We heard there were turtles coming to the beach nearby so we took some early morning walks there and found both mothers laying eggs, and hatchlings making their first dash to the sea. 



We'd seen both parts in the Caribbean, but not overlapping, and never during the day.




We think they were the more common green turtles.



but watching the little ones emerge and work so hard just to reach the waves is very cool.




Watching a mother missing a rear flipper struggling to fill in the deep hole she's just dug and then lay dozens of eggs into redefines exhaustion.




As she finished and began to drag herself back out to the shorebreak, down the beach where other miniatures of her were flailing through human footstep holes just to get that first feeling of salty wetness. On land they struggle. In the water they fly.


We are surprised at the lack of bugs here. We're maybe a third of a mile up a river in a hot and steamy tropical setting, and yet we are unaccosted.
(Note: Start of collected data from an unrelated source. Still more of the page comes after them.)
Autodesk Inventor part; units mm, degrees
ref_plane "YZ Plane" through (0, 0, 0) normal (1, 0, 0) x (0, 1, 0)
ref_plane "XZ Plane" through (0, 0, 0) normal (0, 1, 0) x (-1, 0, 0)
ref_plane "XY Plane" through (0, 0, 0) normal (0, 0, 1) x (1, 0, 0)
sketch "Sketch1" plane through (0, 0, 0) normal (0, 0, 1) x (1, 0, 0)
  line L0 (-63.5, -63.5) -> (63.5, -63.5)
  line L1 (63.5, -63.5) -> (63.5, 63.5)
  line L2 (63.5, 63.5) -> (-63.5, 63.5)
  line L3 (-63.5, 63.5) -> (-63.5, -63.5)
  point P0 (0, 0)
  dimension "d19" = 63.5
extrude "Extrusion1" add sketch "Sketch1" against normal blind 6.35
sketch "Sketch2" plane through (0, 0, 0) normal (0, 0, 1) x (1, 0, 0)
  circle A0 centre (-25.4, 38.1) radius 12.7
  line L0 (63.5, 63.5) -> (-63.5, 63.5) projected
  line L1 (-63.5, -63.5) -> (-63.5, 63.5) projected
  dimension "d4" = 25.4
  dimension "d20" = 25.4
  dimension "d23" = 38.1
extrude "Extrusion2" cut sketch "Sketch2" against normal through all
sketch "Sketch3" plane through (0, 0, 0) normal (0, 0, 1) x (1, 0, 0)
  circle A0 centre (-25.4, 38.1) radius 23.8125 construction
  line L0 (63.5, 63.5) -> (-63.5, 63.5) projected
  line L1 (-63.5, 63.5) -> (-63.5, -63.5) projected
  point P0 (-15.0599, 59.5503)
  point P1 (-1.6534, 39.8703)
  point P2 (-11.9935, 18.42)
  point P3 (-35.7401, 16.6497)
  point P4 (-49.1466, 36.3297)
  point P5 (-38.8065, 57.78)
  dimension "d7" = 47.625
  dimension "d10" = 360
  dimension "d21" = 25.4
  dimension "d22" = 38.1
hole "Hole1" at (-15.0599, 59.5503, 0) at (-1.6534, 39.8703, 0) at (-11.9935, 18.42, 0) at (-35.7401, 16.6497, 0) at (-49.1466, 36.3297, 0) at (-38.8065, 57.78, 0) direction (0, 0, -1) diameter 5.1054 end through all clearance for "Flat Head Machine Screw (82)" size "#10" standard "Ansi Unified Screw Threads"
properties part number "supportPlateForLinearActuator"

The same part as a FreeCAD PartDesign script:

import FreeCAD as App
import Part
import Sketcher

V = App.Vector
Q = App.Units.Quantity

doc = App.newDocument("Part")
body = doc.addObject("PartDesign::Body", "Body")

sketch1 = body.newObject("Sketcher::SketchObject", "Sketch")
sketch1.AttachmentSupport = (doc.getObject("XY_Plane"), [""])
sketch1.MapMode = "FlatFace"
sketch1.addGeometry([
    Part.LineSegment(V(-64, 64, 0), V(-64, -64, 0)),
    Part.LineSegment(V(-64, -64, 0), V(64, -64, 0)),
    Part.LineSegment(V(64, -64, 0), V(64, 64, 0)),
    Part.LineSegment(V(64, 64, 0), V(-64, 64, 0)),
], False)
sketch1.addConstraint([
    Sketcher.Constraint("Coincident", 0, 2, 1, 1),
    Sketcher.Constraint("Coincident", 1, 2, 2, 1),
    Sketcher.Constraint("Coincident", 2, 2, 3, 1),
    Sketcher.Constraint("Coincident", 3, 2, 0, 1),
    Sketcher.Constraint("Vertical", 0),
    Sketcher.Constraint("Horizontal", 1),
    Sketcher.Constraint("Vertical", 2),
    Sketcher.Constraint("Horizontal", 3),
    Sketcher.Constraint("Symmetric", 0, 2, 2, 2, -1, 1),
    Sketcher.Constraint("Equal", 3, 0),
    Sketcher.Constraint("DistanceX", 0, 2, -1, 1, Q("2.5 in")),
])
pad1 = body.newObject("PartDesign::Pad", "Pad")
pad1.Profile = sketch1
pad1.Length = Q("0.25 in")
pad1.Reversed = True

sketch2 = body.newObject("Sketcher::SketchObject", "Sketch001")
sketch2.AttachmentSupport = (doc.getObject("XY_Plane"), [""])
sketch2.MapMode = "FlatFace"
sketch2.addGeometry(Part.Circle(V(-25, 38, 0), V(0, 0, 1), 13), False)
sketch2.addConstraint([
    Sketcher.Constraint("Diameter", 0, Q("1 in")),
    Sketcher.Constraint("DistanceX", 0, 3, -1, 1, Q("1 in")),
    Sketcher.Constraint("DistanceY", -1, 1, 0, 3, Q("1.5 in")),
])
pocket1 = body.newObject("PartDesign::Pocket", "Pocket")
pocket1.Profile = sketch2
pocket1.Type = "ThroughAll"

sketch3 = body.newObject("Sketcher::SketchObject", "Sketch002")
sketch3.AttachmentSupport = (doc.getObject("XY_Plane"), [""])
sketch3.MapMode = "FlatFace"
sketch3.addGeometry([
    Part.Circle(V(-15.1, 59.6, 0), V(0, 0, 1), 2.6),
    Part.Circle(V(-1.7, 39.9, 0), V(0, 0, 1), 2.6),
    Part.Circle(V(-12, 18.4, 0), V(0, 0, 1), 2.6),
    Part.Circle(V(-35.7, 16.6, 0), V(0, 0, 1), 2.6),
    Part.Circle(V(-49.1, 36.3, 0), V(0, 0, 1), 2.6),
    Part.Circle(V(-38.8, 57.8, 0), V(0, 0, 1), 2.6),
], False)
sketch3.addConstraint([
    Sketcher.Constraint("Equal", 0, 1),
    Sketcher.Constraint("Equal", 1, 2),
    Sketcher.Constraint("Equal", 2, 3),
    Sketcher.Constraint("Equal", 3, 4),
    Sketcher.Constraint("Equal", 4, 5),
    Sketcher.Constraint("Diameter", 0, Q("0.201 in")),
    Sketcher.Constraint("DistanceX", 3, 3, 1, 3, Q("1.342 in")),
    Sketcher.Constraint("DistanceY", 3, 3, 0, 3, Q("1.689 in")),
    Sketcher.Constraint("DistanceX", 4, 3, 0, 3, Q("1.342 in")),
    Sketcher.Constraint("DistanceX", 0, 3, -1, 1, Q("0.5929 in")),
    Sketcher.Constraint("DistanceY", -1, 1, 0, 3, Q("2.3445 in")),
    Sketcher.Constraint("DistanceX", 1, 3, -1, 1, Q("0.0651 in")),
    Sketcher.Constraint("DistanceY", -1, 1, 1, 3, Q("1.5697 in")),
    Sketcher.Constraint("DistanceY", -1, 1, 2, 3, Q("0.7252 in")),
    Sketcher.Constraint("DistanceY", -1, 1, 4, 3, Q("1.4303 in")),
    Sketcher.Constraint("DistanceY", -1, 1, 5, 3, Q("2.2748 in")),
    Sketcher.Constraint("DistanceX", 2, 3, 1, 3, Q("0.4071 in")),
    Sketcher.Constraint("DistanceX", 4, 3, 5, 3, Q("0.4071 in")),
])
doc.recompute()
hole = body.newObject("PartDesign::Hole", "Hole")
hole.Profile = sketch3
hole.ThreadType = "None"
hole.Diameter = Q("0.201 in")
hole.DepthType = "ThroughAll"

doc.recompute()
We have almost no wind, and our retrofitted air conditioner is saving us from 90+ humidity at 90+ degrees, but no bugs? As we are across the river from some very affluent looking properties we wonder if we are benefitting from unseen pesticide use. But we do miss a breeze now and then, and speak fondly of the consistent trade winds we enjoyed throughout the Caribbean. We've been at the dock here in Paradise Marina for longer by far than any other time, and while it's been good for our purposes, we look forward more and more to being at sea again. We are wanderers, and the next place is calling.